Lydia Y. Liu, University of Toronto
Title: Proteomics Data Integration in Cancer: The Value of Multimodality
“Increasingly translational cancer studies will quantify many types of molecular information in specific model systems or patient samples. These most frequently include the germline and somatic mutation profiles (including point mutations, copy number aberrations and genomic rearrangements), the transcriptome, immune infiltrates, the epigenome and the evolutionary timing of variants at each of these levels. Proteomic data analyses thus need to leverage that data to better understand information flow in cancer cells, develop robust biomarkers and understand the molecular origins of complex phenotypes. We will discuss the broad data-analytic strategies for these large datasets, and the challenges with integrating proteomic data with other datatypes. This will include practical examples of recent work performing such integrative analyses in primary cancer cohorts, and the value of statistical, machine-learning, information-theoretic and network strategies. Overall, we show that data integration across multiple levels of the central dogma improves our understanding of cancer phenotypes. Indeed biomarkers comprising multiple classes of biomolecules systematically outperform those that include only one: despite being an analytic challenge, multi-modality is a key opportunity for the future development of oncoproteomics.”
Mariana Boroni, National Cancer Institute, RJ
Title: Identifying new therapeutic strategies for Colorectal cancer in the Big Data Era.
O câncer colorretal (CCR) é um dos carcinomas de maior incidência e mortalidade no mundo e tem como fatores de risco o baixo consumo de vegetais e alto consumo de carne vermelha e/ou processada, sobrepeso e sedentarismo.
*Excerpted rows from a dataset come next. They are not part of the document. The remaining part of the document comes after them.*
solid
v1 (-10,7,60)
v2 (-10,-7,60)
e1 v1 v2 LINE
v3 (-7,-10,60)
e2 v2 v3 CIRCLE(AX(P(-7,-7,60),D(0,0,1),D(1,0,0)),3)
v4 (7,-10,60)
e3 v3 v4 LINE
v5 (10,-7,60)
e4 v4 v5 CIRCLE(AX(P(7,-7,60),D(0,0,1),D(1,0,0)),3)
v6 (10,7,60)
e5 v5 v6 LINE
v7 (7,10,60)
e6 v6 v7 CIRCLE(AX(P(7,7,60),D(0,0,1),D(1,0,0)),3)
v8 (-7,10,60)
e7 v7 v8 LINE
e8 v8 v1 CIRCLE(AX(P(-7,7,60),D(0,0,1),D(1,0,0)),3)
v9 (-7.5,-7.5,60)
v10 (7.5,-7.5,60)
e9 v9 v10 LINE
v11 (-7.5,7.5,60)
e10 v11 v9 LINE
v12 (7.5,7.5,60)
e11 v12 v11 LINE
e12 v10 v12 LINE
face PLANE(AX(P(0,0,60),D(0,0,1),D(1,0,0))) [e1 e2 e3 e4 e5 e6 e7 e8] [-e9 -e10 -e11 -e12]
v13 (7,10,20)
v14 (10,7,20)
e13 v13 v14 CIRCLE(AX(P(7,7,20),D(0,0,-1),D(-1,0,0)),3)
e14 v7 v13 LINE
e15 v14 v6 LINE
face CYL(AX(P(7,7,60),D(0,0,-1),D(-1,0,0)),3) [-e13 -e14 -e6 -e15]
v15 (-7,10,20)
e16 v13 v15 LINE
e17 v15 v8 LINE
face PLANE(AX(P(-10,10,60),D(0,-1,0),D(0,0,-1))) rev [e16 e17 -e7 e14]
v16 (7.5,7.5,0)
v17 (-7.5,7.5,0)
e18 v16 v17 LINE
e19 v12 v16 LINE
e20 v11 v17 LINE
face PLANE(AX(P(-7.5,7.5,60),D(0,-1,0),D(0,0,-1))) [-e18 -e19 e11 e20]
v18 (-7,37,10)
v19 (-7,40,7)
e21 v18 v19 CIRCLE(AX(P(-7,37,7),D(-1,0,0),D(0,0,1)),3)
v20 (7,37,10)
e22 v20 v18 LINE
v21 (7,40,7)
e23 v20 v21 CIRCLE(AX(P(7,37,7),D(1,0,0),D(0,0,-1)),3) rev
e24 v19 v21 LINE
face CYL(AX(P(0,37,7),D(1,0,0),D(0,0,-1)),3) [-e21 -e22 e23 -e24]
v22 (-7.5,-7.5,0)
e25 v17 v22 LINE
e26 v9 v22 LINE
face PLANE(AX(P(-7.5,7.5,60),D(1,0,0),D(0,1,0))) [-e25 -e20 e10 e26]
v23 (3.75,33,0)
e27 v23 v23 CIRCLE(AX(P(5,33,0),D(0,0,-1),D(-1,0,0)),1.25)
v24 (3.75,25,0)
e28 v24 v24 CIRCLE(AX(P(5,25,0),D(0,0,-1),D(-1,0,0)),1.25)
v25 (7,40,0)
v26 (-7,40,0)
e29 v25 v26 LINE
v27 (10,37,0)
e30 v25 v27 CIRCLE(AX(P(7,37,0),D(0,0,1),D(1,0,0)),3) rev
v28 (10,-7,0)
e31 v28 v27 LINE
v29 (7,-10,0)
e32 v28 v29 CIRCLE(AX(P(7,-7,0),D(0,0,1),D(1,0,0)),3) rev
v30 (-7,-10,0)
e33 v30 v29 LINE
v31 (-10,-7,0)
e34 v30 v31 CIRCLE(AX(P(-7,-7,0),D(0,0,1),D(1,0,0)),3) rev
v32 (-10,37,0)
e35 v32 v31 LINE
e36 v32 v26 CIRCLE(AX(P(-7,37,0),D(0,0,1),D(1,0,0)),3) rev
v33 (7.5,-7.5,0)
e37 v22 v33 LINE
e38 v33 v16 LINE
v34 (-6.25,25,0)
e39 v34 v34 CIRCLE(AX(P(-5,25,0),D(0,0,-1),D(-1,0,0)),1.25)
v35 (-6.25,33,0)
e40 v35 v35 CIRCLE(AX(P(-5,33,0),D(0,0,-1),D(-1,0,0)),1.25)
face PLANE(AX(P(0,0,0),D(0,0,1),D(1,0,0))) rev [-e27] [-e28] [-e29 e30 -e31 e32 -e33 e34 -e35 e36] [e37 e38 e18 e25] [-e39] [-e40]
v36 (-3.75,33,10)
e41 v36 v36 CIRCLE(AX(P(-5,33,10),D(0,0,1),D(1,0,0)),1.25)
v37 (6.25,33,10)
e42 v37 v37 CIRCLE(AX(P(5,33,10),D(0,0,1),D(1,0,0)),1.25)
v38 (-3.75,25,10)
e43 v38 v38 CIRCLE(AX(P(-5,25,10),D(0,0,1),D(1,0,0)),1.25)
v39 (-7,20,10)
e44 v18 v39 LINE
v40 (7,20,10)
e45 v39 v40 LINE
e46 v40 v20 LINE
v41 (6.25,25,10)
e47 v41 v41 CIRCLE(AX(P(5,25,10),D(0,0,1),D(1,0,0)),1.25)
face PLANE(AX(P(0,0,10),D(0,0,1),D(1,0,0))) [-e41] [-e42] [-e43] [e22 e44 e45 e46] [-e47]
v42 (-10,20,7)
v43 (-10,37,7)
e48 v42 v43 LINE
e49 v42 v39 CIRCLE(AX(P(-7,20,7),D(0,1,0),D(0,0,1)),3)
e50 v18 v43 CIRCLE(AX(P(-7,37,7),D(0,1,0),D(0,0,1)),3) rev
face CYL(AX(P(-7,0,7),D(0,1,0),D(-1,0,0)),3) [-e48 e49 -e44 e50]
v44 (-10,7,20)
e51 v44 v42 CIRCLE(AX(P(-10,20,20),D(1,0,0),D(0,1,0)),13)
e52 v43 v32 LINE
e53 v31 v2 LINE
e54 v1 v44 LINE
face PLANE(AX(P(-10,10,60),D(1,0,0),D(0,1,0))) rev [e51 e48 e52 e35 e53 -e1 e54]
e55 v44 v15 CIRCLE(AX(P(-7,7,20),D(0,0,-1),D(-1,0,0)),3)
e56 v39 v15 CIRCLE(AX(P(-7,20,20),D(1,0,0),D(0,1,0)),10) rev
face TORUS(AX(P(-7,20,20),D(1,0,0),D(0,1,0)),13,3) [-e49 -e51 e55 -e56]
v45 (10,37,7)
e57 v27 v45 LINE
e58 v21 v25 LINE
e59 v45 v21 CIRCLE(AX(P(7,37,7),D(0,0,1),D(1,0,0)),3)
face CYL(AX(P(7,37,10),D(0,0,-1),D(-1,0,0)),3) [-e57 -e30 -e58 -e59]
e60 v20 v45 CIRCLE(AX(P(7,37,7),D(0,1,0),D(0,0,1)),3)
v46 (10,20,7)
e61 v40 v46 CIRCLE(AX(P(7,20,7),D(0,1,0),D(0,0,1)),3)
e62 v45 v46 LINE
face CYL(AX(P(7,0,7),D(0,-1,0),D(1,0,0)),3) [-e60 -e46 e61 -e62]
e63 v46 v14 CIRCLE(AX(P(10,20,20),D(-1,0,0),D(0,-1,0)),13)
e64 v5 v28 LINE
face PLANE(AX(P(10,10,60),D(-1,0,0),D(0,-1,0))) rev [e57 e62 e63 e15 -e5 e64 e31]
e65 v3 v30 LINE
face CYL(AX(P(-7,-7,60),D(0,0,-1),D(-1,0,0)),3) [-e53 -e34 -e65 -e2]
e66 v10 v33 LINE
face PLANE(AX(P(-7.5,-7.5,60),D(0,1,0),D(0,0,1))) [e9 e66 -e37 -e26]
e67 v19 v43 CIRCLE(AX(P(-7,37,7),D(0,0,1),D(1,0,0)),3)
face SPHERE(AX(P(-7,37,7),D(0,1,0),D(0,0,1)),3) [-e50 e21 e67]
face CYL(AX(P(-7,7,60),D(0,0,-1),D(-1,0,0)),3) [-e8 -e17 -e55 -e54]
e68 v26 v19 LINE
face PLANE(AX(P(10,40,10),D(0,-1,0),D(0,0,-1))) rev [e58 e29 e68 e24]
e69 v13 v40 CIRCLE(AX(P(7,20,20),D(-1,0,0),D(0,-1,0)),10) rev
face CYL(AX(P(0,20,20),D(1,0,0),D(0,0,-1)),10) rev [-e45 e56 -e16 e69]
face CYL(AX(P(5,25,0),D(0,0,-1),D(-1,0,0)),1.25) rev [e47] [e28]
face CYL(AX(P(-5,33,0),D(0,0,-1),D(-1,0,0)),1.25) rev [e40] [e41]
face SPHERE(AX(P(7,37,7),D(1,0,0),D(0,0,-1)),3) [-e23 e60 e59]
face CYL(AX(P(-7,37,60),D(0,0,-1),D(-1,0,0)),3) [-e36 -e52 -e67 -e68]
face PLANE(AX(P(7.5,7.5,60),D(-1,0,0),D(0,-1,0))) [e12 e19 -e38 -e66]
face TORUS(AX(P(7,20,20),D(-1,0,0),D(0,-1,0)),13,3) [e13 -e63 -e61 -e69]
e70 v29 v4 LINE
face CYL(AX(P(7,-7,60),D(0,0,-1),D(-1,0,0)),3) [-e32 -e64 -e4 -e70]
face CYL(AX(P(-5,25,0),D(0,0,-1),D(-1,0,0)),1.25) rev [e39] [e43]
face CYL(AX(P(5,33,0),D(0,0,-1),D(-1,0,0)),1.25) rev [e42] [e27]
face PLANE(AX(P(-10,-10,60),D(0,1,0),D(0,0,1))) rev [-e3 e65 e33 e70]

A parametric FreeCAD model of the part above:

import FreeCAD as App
import Part
import Sketcher
Q = App.Units.Quantity


def edges_at(feature, points):
    """Names of the edges that pass closest to the given points."""
    edges = feature.Shape.Edges
    near = lambda p: min(range(len(edges)), key=lambda i: edges[i].distToShape(Part.Vertex(*p))[0])
    return sorted({f"Edge{near(p) + 1}" for p in points})


def add_polygon(sketch, points):
    """Adds a closed chain of lines whose ends are joined by coincident constraints."""
    first, n = sketch.GeometryCount, len(points)
    for a, b in zip(points, points[1:] + points[:1]):
        sketch.addGeometry(Part.LineSegment(App.Vector(*a, 0), App.Vector(*b, 0)), False)
    for i in range(n):
        sketch.addConstraint(Sketcher.Constraint("Coincident", first + i, 2, first + (i + 1) % n, 1))

doc = App.newDocument("Part")
body = doc.addObject("PartDesign::Body", "Body")

sketch1 = body.newObject("Sketcher::SketchObject", "Sketch")
sketch1.AttachmentSupport = (doc.getObject("XY_Plane"), [""])
sketch1.MapMode = "FlatFace"
add_polygon(sketch1, [(-10, 10), (-10, -10), (10, -10), (10, 10)])
add_polygon(sketch1, [(8, -8), (-8, -8), (-8, 8), (8, 8)])
sketch1.addConstraint([
    Sketcher.Constraint("Vertical", 0),
    Sketcher.Constraint("Horizontal", 1),
    Sketcher.Constraint("Vertical", 2),
    Sketcher.Constraint("Horizontal", 3),
    Sketcher.Constraint("Horizontal", 4),
    Sketcher.Constraint("Vertical", 5),
    Sketcher.Constraint("Horizontal", 6),
    Sketcher.Constraint("Vertical", 7),
    Sketcher.Constraint("Symmetric", 0, 2, 2, 2, -1, 1),
    Sketcher.Constraint("Symmetric", 4, 2, 6, 2, -1, 1),
    Sketcher.Constraint("Equal", 3, 0),
    Sketcher.Constraint("Equal", 6, 5),
    Sketcher.Constraint("DistanceX", 1, 1, 1, 2, Q("20 mm")),
    Sketcher.Constraint("DistanceX", 4, 2, 4, 1, Q("15 mm")),
])
pad1 = body.newObject("PartDesign::Pad", "Pad")
pad1.Profile = sketch1
pad1.Length = 60

sketch2 = body.newObject("Sketcher::SketchObject", "Sketch001")
sketch2.AttachmentSupport = (doc.getObject("XY_Plane"), [""])
sketch2.MapMode = "FlatFace"
add_polygon(sketch2, [(-10, 40), (-10, 10), (10, 10), (10, 40)])
sketch2.addConstraint([
    Sketcher.Constraint("Vertical", 0),
    Sketcher.Constraint("Horizontal", 1),
    Sketcher.Constraint("Vertical", 2),
    Sketcher.Constraint("Horizontal", 3),
    Sketcher.Constraint("DistanceX", 1, 1, 1, 2, Q("20 mm")),
    Sketcher.Constraint("DistanceY", 0, 2, 0, 1, Q("30 mm")),
    Sketcher.Constraint("DistanceX", 0, 2, -1, 1, Q("10 mm")),
    Sketcher.Constraint("DistanceY", -1, 1, 0, 2, Q("10 mm")),
])
pad2 = body.newObject("PartDesign::Pad", "Pad001")
pad2.Profile = sketch2
pad2.Length = 10

sketch3 = body.newObject("Sketcher::SketchObject", "Sketch002")
sketch3.AttachmentSupport = (doc.getObject("XY_Plane"), [""])
sketch3.MapMode = "FlatFace"
sketch3.addGeometry([
    Part.Circle(App.Vector(5, 25, 0), App.Vector(0, 0, 1), 1.2),
    Part.Circle(App.Vector(5, 33, 0), App.Vector(0, 0, 1), 1.2),
    Part.Circle(App.Vector(-5, 33, 0), App.Vector(0, 0, 1), 1.2),
    Part.Circle(App.Vector(-5, 25, 0), App.Vector(0, 0, 1), 1.2),
], False)
sketch3.addConstraint([
    Sketcher.Constraint("Equal", 0, 1),
    Sketcher.Constraint("Equal", 1, 2),
    Sketcher.Constraint("Equal", 2, 3),
    Sketcher.Constraint("Symmetric", 1, 3, 2, 3, -2),
    Sketcher.Constraint("Symmetric", 0, 3, 3, 3, -2),
    Sketcher.Constraint("Vertical", 0, 3, 1, 3),
    Sketcher.Constraint("Diameter", 0, Q("2.5 mm")),
    Sketcher.Constraint("DistanceX", -1, 1, 0, 3, Q("5 mm")),
    Sketcher.Constraint("DistanceY", -1, 1, 0, 3, Q("25 mm")),
    Sketcher.Constraint("DistanceY", -1, 1, 1, 3, Q("33 mm")),
])
doc.recompute()
hole = body.newObject("PartDesign::Hole", "Hole")
hole.Profile = sketch3
hole.ThreadType = "None"
hole.Diameter = 2.5
hole.DepthType = "ThroughAll"
hole.Reversed = True
doc.recompute()

fillet = body.newObject("PartDesign::Fillet", "Fillet")
fillet.Base = (hole, edges_at(hole, [(0, 10, 10)]))
fillet.Radius = 10
doc.recompute()

fillet2 = body.newObject("PartDesign::Fillet", "Fillet001")
fillet2.Base = (fillet, edges_at(fillet, [
    (10, 40, 5),
    (-10, 40, 5),
    (0, 40, 10),
    (-10, 30, 10),
    (10, 30, 10),
    (10, 12.929, 12.929),
    (-10, 12.929, 12.929),
    (-10, 10, 40),
    (10, 10, 40),
]))
fillet2.Radius = 3
doc.recompute()

fillet3 = body.newObject("PartDesign::Fillet", "Fillet002")
fillet3.Base = (fillet2, edges_at(fillet2, [(10, -10, 30), (-10, -10, 30)]))
fillet3.Radius = 3

doc.recompute()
O CCR é uma doença altamente heterogênea, apresentando quatro subtipos moleculares, com diferenças na localização anatômica, no microambiente tumoral e nas vias moleculares alteradas. Essa grande heterogeneidade afeta significativamente a resposta a diferentes tratamentos e o prognóstico dos pacientes. Neste sentido, novas estratégias terapêuticas devem ser desenvolvidas considerando-se as alterações moleculares mais relevantes nos subtipos moleculares tumorais. As análises para identificação de alvos terapêuticos se baseiam no conceito de “druggable genome”, isto é, identificação de genes que codificam famílias protéicas específicas que interagem com fármacos, e que estão diretamente relacionados com o estabelecimento da doença. Com base nestas informações, o objetivo do nosso estudo é sugerir o reposicionamento de drogas atualmente utilizadas para o tratamento de outros tipos tumorais, assim como a identificação de novos alvos terapêuticos a partir da análise dos padrões de expressão gênica e do perfil de interação proteína-proteína nos subtipos moleculares de CCR.
Nina Hirata, Institute of Mathematics and Statistics, University of São Paulo, SP
Title: Machine Learning and Computational Thinking
Machine learning techniques are tools often used to automate certain
types of data processing needed for data analysis. They are
particularly useful to analyze multidimensional data of complex nature
or large amounts of data. In this talk we will start relating
computational algorithms to machine learning and discussing how
computational thinking is essential for the effective use of
computational tools, including machine learning techniques. We will
then introduce basic concepts and methods of machine learning.
At the end, the discussed concepts and methods will be explored
through practical hands-on application examples.